In the meantime I have backed out the change 
(<http://www3.tools.ietf.org/wg/httpbis/trac/changeset/211>), and I'd 
propose to re-open the issue.

> ...
> And here is what I suggest for a rewrite, merging both of the above
> sections under Media Types and inverting the "fantasy island"
> requirements of the original text to what is permitted in HTTP
> beyond the registration defaults of MIME.
> 
> 2.3.1.  Canonicalization and Text Media Types
> 
>    Internet media types are registered with a canonical form and
>    defaults for the optional parameter values.  An ideal HTTP
>    entity-body would contain data formatted strictly according to that
>    canonical form.  However, HTTP does not require the sender to verify
>    that an entity-body is in canonical form prior to transfer.  Instead,
>    an HTTP recipient MUST be prepared to accept and properly interpret
>    several variances in the format of textual types, as described below,
>    and treat other variances as errors.

Good introduction.

>    The "charset" parameter (Section 2.1) is used with some media types
>    to indicate the character encoding of the data.  When a media type is
>    registered with a default charset value of "US-ASCII", it MAY be used
>    to label data transmitted via HTTP in the "iso-8859-1" charset (a
>    superset of US-ASCII) without including an explicit charset parameter
>    on the media type.  In addition, when a media type registered with a
>    default charset value of "US-ASCII" is received via HTTP without a
>    charset parameter or with a charset value of "iso-8859-1", the
>    recipient MAY inspect the data for indications of a different
>    character encoding and interpret the data accordingly if the encoding
>    is a superset of US-ASCII or if the encoding can be determined within
>    the first 16 octets of data and interpreted consistently thereafter.
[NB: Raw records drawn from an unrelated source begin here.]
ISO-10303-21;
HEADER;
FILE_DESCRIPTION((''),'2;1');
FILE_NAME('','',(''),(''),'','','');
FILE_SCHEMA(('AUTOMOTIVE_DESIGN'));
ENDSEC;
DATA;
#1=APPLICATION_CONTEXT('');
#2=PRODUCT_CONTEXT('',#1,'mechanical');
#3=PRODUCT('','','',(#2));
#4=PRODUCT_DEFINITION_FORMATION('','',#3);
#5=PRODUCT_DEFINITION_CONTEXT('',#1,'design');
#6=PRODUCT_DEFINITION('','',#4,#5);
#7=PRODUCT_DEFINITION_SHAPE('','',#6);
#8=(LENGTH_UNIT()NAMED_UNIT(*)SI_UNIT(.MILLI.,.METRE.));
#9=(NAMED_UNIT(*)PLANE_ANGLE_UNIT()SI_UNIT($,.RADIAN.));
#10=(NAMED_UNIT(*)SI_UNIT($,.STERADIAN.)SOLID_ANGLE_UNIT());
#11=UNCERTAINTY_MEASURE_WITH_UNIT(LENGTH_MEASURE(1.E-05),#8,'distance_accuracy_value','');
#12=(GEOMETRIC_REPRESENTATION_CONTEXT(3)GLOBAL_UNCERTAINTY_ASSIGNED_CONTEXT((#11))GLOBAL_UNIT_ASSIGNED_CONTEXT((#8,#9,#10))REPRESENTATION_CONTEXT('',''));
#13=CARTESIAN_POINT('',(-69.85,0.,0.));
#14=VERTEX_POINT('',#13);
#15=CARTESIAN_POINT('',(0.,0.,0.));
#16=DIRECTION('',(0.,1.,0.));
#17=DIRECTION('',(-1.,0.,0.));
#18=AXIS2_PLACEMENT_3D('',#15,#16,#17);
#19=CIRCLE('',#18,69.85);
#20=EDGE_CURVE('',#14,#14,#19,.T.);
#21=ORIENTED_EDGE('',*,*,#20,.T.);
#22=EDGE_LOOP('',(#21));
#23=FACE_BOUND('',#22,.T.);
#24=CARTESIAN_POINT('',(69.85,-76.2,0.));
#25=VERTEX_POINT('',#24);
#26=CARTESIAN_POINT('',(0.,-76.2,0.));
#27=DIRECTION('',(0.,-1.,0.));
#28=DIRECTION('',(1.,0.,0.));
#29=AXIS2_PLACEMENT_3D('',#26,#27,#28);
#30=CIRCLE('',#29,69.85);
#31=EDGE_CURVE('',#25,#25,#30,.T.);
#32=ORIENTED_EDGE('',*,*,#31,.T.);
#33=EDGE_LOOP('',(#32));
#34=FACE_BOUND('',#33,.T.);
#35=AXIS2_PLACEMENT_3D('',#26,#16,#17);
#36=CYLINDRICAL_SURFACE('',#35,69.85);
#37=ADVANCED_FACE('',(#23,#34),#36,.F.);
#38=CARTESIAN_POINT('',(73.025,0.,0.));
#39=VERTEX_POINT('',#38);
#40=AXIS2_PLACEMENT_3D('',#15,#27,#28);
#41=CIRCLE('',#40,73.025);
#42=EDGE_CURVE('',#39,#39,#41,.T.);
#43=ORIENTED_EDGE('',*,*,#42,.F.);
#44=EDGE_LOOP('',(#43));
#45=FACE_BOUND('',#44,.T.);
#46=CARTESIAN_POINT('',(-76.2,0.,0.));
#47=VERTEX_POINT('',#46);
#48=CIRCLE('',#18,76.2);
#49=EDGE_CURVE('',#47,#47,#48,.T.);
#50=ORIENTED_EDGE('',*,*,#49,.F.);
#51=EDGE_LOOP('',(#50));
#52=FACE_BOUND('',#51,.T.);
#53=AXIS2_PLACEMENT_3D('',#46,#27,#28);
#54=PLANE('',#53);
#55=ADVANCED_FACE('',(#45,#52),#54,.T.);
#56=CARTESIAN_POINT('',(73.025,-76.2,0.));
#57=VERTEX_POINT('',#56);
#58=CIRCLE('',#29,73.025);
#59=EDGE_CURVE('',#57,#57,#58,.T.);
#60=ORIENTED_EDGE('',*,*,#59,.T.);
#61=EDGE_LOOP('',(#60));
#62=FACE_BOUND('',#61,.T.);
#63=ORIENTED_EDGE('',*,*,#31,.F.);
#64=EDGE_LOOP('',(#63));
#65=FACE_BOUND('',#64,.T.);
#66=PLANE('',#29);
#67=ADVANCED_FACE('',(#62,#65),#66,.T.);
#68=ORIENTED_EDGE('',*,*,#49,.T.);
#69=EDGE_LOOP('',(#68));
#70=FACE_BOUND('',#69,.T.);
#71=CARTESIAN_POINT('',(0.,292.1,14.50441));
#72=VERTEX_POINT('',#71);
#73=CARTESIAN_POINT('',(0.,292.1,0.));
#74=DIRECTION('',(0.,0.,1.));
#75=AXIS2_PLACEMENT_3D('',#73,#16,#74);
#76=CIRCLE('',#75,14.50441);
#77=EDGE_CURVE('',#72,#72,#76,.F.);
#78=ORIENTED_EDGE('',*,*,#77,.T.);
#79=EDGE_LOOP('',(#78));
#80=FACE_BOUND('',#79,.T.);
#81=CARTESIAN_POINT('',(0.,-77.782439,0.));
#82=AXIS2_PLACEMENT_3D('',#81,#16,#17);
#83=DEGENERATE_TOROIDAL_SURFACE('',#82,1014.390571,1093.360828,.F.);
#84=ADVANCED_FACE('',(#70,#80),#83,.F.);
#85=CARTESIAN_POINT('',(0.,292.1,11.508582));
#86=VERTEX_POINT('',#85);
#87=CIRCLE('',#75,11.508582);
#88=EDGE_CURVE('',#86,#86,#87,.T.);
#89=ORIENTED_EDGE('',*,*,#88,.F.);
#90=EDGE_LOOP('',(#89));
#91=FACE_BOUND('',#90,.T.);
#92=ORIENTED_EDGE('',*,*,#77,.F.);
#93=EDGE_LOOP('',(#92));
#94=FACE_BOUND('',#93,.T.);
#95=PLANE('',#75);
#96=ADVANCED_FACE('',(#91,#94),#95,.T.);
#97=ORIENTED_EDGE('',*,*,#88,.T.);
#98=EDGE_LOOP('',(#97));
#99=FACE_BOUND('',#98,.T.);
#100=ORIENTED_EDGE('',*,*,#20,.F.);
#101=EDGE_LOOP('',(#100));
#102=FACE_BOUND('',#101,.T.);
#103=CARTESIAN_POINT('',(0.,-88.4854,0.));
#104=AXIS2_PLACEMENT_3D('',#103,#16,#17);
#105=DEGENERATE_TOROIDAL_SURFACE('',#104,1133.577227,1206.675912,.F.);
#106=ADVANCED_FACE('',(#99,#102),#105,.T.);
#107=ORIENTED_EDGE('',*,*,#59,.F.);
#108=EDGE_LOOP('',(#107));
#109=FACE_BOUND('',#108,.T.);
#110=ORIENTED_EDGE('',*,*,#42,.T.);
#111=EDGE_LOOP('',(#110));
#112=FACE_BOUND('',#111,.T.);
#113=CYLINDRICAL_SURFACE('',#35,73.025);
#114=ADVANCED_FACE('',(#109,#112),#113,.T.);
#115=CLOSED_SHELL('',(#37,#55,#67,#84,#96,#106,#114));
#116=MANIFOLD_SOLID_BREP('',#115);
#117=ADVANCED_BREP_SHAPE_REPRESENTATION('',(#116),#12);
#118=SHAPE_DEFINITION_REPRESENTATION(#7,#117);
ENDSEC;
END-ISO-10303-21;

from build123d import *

# Parameters (mm, degrees)
SKETCH7_R           = 317.5
CUT_EXTRUDE2_DEPTH  = 88.9
SKETCH8_R           = 73.025
SKETCH8_R_2         = 69.85
BOSS_EXTRUDE1_DEPTH = 76.2


with BuildPart() as part:
    # Sketch2 → Revolve1 (revolve)
    with BuildSketch(Plane.XY):
        with BuildLine():
            Line((-76.2, 0), (-69.85, 0))
            ThreePointArc((-69.85, 0), (-46.178344337, 164.977710697), (0, 325.12))
            Line((0, 325.12), (0, 330.2))
            ThreePointArc((0, 330.2), (-50.970594074, 168.070137094), (-76.2, 0))
        make_face()
    revolve(axis=Axis((0, 330.2, 0), (0, -1, 0)))

    # Sketch7 → Cut-Extrude2 (cut)
    with BuildSketch(Plane(origin=(0, 381, 0), x_dir=(1, 0, 0), z_dir=(0, 1, 0))):
        Circle(SKETCH7_R)
    extrude(amount=-CUT_EXTRUDE2_DEPTH, mode=Mode.SUBTRACT)

    # Sketch8 → Boss-Extrude1 (add)
    with BuildSketch(Plane.XZ):
        Circle(SKETCH8_R)
        Circle(SKETCH8_R_2, mode=Mode.SUBTRACT)
    extrude(amount=BOSS_EXTRUDE1_DEPTH)


solid = part.part
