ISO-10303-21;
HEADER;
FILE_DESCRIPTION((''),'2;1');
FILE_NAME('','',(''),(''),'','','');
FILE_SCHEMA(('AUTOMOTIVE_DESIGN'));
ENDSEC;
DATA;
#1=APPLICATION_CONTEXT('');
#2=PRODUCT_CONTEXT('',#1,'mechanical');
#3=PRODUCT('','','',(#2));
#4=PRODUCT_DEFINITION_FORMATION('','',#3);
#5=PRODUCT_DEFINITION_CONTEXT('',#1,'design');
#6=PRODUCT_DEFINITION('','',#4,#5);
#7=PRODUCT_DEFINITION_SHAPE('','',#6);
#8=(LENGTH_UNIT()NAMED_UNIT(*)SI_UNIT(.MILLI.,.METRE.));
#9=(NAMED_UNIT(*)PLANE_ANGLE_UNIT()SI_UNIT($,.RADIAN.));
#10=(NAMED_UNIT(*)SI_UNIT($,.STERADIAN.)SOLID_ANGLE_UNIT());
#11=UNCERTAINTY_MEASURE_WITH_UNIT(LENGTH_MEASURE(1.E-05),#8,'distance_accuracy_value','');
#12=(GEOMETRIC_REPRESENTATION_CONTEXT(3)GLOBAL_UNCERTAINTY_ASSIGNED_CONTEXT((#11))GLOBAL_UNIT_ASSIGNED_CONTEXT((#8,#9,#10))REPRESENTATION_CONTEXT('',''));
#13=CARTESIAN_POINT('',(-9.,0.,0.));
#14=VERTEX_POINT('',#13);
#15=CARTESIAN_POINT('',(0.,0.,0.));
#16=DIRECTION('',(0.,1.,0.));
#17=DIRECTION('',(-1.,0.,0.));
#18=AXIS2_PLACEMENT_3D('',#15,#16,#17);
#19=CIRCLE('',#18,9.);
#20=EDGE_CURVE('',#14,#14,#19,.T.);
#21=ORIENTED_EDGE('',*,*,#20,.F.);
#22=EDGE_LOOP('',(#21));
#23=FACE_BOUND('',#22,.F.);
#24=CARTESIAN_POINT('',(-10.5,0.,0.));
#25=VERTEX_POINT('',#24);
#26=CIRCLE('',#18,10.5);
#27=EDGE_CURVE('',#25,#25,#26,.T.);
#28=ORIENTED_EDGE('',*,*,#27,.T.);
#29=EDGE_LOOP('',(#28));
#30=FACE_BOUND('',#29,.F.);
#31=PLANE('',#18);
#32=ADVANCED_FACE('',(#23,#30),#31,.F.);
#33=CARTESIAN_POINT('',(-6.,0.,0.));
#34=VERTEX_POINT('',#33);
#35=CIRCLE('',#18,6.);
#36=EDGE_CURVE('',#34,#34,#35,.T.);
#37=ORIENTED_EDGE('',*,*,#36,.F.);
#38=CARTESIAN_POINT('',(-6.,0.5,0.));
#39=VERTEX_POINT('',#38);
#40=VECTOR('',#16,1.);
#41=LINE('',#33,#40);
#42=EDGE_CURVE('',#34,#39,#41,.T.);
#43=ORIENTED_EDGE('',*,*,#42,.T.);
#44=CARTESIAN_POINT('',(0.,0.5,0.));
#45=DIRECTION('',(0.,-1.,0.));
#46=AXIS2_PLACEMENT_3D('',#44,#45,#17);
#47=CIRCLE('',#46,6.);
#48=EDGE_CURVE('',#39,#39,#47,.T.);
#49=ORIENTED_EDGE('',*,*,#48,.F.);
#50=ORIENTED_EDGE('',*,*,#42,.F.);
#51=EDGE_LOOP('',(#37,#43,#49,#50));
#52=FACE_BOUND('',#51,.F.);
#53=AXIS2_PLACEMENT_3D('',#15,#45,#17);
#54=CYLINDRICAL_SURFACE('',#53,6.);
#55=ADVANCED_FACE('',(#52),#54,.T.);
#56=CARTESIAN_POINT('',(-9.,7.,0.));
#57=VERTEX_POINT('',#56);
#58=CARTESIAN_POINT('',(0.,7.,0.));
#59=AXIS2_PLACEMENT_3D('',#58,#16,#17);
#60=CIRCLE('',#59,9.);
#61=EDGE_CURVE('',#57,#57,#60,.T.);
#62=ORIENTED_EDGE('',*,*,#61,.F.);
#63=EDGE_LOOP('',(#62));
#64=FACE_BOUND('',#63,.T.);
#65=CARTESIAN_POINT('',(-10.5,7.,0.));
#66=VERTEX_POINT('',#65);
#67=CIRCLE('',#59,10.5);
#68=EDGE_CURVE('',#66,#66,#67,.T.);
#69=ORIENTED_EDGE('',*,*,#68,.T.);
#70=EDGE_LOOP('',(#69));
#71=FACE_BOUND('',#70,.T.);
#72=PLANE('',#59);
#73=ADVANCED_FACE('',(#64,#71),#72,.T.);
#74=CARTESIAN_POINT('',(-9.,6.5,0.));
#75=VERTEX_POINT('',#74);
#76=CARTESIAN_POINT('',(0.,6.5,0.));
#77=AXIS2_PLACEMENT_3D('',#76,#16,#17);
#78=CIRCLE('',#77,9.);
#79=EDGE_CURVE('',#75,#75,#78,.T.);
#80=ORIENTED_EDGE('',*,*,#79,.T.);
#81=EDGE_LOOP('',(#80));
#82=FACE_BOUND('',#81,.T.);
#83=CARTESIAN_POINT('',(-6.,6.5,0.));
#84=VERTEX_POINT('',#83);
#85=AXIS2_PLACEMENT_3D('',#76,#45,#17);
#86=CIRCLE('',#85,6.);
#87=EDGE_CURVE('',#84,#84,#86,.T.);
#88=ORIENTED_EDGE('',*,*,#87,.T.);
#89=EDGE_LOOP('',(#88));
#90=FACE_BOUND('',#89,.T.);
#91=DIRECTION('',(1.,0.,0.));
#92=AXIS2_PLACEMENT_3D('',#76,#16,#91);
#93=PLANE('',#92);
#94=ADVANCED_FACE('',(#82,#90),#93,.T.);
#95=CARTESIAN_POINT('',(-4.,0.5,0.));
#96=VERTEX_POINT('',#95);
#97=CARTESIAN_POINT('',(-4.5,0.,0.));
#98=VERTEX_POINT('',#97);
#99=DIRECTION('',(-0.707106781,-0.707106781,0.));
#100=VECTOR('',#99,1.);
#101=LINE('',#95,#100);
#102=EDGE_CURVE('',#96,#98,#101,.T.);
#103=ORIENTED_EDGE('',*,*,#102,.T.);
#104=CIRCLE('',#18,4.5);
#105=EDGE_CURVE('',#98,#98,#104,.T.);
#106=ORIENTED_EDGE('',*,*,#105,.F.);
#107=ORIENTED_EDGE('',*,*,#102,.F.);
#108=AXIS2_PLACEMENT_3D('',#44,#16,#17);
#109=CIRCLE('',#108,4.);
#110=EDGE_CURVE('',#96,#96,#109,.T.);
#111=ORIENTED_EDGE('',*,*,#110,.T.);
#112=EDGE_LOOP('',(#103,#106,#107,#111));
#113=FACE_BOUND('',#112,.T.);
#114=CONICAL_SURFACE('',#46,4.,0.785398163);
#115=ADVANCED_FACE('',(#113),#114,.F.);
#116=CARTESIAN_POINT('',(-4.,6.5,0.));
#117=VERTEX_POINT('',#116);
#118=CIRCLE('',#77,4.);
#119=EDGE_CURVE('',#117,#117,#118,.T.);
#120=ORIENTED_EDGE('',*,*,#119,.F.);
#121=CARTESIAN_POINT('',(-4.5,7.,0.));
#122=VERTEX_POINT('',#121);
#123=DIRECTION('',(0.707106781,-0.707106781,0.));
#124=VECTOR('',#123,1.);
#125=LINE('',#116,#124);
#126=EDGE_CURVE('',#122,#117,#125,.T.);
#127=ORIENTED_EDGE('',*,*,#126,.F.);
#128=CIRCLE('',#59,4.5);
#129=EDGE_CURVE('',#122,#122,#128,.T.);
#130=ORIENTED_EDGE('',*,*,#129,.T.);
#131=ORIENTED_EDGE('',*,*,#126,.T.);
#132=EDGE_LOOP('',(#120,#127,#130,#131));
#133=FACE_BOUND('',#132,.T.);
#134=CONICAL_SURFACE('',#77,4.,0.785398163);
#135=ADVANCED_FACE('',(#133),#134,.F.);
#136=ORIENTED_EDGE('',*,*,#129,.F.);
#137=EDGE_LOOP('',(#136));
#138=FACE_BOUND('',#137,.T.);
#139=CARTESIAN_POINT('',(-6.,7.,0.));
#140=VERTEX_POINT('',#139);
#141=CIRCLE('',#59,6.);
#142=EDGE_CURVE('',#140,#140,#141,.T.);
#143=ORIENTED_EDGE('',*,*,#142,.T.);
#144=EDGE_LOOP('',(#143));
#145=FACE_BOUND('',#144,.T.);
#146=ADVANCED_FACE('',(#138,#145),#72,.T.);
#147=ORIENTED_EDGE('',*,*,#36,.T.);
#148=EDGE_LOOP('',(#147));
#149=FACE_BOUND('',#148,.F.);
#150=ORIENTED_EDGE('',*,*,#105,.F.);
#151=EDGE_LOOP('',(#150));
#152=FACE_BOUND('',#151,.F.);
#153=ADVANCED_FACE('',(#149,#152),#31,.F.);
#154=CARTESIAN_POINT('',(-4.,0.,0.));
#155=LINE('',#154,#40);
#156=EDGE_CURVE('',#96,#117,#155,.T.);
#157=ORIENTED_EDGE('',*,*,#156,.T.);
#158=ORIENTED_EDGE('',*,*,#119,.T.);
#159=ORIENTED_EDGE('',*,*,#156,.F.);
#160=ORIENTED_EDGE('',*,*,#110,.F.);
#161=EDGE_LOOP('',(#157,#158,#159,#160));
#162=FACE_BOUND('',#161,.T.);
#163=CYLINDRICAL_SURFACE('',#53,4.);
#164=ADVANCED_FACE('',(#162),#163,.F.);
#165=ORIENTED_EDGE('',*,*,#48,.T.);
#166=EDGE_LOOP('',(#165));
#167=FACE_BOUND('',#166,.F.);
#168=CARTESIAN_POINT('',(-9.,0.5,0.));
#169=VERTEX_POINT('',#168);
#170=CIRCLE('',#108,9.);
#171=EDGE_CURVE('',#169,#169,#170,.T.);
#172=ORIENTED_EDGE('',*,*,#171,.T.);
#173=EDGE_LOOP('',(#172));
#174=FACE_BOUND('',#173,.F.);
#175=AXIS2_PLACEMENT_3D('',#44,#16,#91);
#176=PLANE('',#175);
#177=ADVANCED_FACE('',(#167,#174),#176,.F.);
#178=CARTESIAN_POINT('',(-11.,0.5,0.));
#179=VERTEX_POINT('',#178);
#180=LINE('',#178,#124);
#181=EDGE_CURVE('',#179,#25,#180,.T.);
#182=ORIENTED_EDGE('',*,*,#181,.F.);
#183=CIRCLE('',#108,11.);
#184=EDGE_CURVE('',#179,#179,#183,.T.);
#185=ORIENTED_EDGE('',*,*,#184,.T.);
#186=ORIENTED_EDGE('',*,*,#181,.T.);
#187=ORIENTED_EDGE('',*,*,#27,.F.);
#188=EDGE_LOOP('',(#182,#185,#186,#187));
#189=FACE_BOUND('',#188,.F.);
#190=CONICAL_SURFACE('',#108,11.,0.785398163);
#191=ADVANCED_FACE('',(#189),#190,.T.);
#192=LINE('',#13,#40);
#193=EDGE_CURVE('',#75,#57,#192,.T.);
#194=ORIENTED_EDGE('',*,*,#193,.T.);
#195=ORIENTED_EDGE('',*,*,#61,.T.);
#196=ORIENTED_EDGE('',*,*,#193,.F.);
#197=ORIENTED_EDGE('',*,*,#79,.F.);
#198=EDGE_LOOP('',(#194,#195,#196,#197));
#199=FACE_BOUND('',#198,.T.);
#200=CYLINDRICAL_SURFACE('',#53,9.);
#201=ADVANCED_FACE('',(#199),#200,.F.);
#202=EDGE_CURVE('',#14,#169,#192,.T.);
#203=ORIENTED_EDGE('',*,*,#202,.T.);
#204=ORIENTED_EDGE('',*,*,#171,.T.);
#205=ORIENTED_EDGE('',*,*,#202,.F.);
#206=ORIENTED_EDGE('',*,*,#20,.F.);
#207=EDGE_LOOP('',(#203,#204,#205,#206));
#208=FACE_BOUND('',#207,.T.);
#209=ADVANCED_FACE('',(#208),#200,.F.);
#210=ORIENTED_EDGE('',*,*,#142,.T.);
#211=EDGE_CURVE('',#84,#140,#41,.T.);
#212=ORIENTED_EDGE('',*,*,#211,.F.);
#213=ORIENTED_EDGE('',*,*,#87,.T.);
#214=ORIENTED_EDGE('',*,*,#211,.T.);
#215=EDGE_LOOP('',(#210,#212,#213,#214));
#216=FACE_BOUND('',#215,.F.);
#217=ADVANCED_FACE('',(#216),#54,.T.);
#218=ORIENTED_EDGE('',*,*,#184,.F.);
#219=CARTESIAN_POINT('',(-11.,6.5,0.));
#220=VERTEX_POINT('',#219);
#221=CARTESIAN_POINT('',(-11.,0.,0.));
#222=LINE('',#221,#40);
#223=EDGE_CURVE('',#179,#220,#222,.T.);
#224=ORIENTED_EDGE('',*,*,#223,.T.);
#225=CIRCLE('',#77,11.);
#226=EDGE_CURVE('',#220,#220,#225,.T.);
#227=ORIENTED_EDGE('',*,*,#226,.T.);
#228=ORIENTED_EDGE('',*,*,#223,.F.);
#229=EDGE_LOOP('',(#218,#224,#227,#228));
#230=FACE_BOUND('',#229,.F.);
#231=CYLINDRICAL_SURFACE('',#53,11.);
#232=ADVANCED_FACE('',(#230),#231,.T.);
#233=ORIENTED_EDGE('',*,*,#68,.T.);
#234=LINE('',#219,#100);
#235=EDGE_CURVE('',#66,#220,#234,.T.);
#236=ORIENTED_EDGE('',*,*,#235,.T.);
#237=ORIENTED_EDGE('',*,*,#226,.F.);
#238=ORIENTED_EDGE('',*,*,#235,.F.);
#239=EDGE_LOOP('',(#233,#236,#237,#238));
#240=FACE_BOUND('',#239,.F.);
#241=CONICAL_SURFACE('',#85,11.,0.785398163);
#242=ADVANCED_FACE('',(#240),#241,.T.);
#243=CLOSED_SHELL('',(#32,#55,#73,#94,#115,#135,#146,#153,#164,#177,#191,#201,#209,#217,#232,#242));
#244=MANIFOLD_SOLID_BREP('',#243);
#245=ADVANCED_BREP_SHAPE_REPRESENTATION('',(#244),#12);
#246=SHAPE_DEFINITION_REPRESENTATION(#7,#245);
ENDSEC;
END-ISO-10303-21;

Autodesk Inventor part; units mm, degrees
ref_plane "YZ Plane" through (0, 0, 0) normal (1, 0, 0) x (0, 1, 0)
ref_plane "XZ Plane" through (0, 0, 0) normal (0, 1, 0) x (-1, 0, 0)
sketch "Sketch1" plane through (0, 0, 0) normal (0, 1, 0) x (-1, 0, 0)
  circle A0 centre (0, 0) radius 11
  circle A1 centre (0, 0) radius 4
  circle A2 centre (0, 0) radius 6
  circle A3 centre (0, 0) radius 9
  dimension "d0" = 22
  dimension "d1" = 8
  dimension "d2" = 2
  dimension "d3" = 2
extrude "Extrusion1" add sketch "Sketch1" along normal blind 7
ref_plane "Work Plane1" through (0, 6.5, 0) normal (0, 1, 0) x (1, 0, 0)
sketch "Sketch2" plane through (0, 6.5, 0) normal (0, 1, 0) x (1, 0, 0)
  circle A0 centre (0, 0) radius 6
  circle A1 centre (0, 0) radius 9
  circle A2 centre (0, 0) radius 6 projected
  circle A3 centre (0, 0) radius 9 projected
extrude "Extrusion2" add sketch "Sketch2" against normal blind 6
chamfer "Chamfer1" distance 0.5 angle 45 4 edges at (11, 7, 0) (11, 0, 0) (4, 7, 0) (4, 0, 0)
properties part number "Cojinete_608zz"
Q: so if a text type defines a different default, such as "UTF-8", we 
disallow defaulting to ISO-8859-1 and sniffing?

>       Note: The first variance is due to a significant portion of early
>       HTTP user agents not parsing media type parameters and instead
>       relying on a then-common default encoding of iso-8859-1.  As a
>       result, early server implementations avoided the use of charset
>       parameters and user agents evolved to "sniff" for new character
>       encodings as the Web expanded beyond iso-8859-1 content.  The
>       second variance is due to a certain popular user agent that
>       employed an unsafe encoding detection and switching algorithm
>       within documents that might contain user-provided data (see
>       Section security.sniffing), the most common workaround for which
>       is to supply a specific charset parameter even when the actual
>       character encoding is unknown.

Q: so specifying ISO-8859-1 was a countermeasure to broken content 
sniffing? Is that version of that UA still common enough to have this 
exception?

>    When in canonical form, media subtypes of the "text" type use CRLF as
>    the text line break.  However, it is also commonplace for such types
>    to be transmitted in HTTP with CR or LF alone indicating a line
>    break and occasional for such types to be transmitted with a
>    character encoding that requires some other set of octet sequence(s)
>    to indicate a line break.  HTTP recipients MUST accept and properly
>    interpret CRLF, bare CR, and bare LF as indicating a line break when
>    encountered within an entity-body received via HTTP that is labeled
>    as a text type and provided in a character encoding that allows CRLF
>    to indicate a line break.
> 
>       Note: Line breaks are specified in MIME with the expectation that
>       they are enforced during email message composition, when it is
>       scalable to ensure that every octet is placed in canonical form,
>       and with the anticipation that a message may be transmitted or
>       processed using line-oriented protocols.  HTTP message generation,
>       in contrast, is usually performed at high speed, encloses data
>       that cannot be modified without also altering its metadata, and
>       is processed using length-delimited protocols.

Ok.

Sounds good to me, except for:

- Q: do we need to state that we overrule RFC3023 (WRT default charset 
for text/xml?)

- we still need the security consideration WRT sniffing.

> ...

BR, Julian
Received on Thursday, 14 February 2008 13:48:38 UTC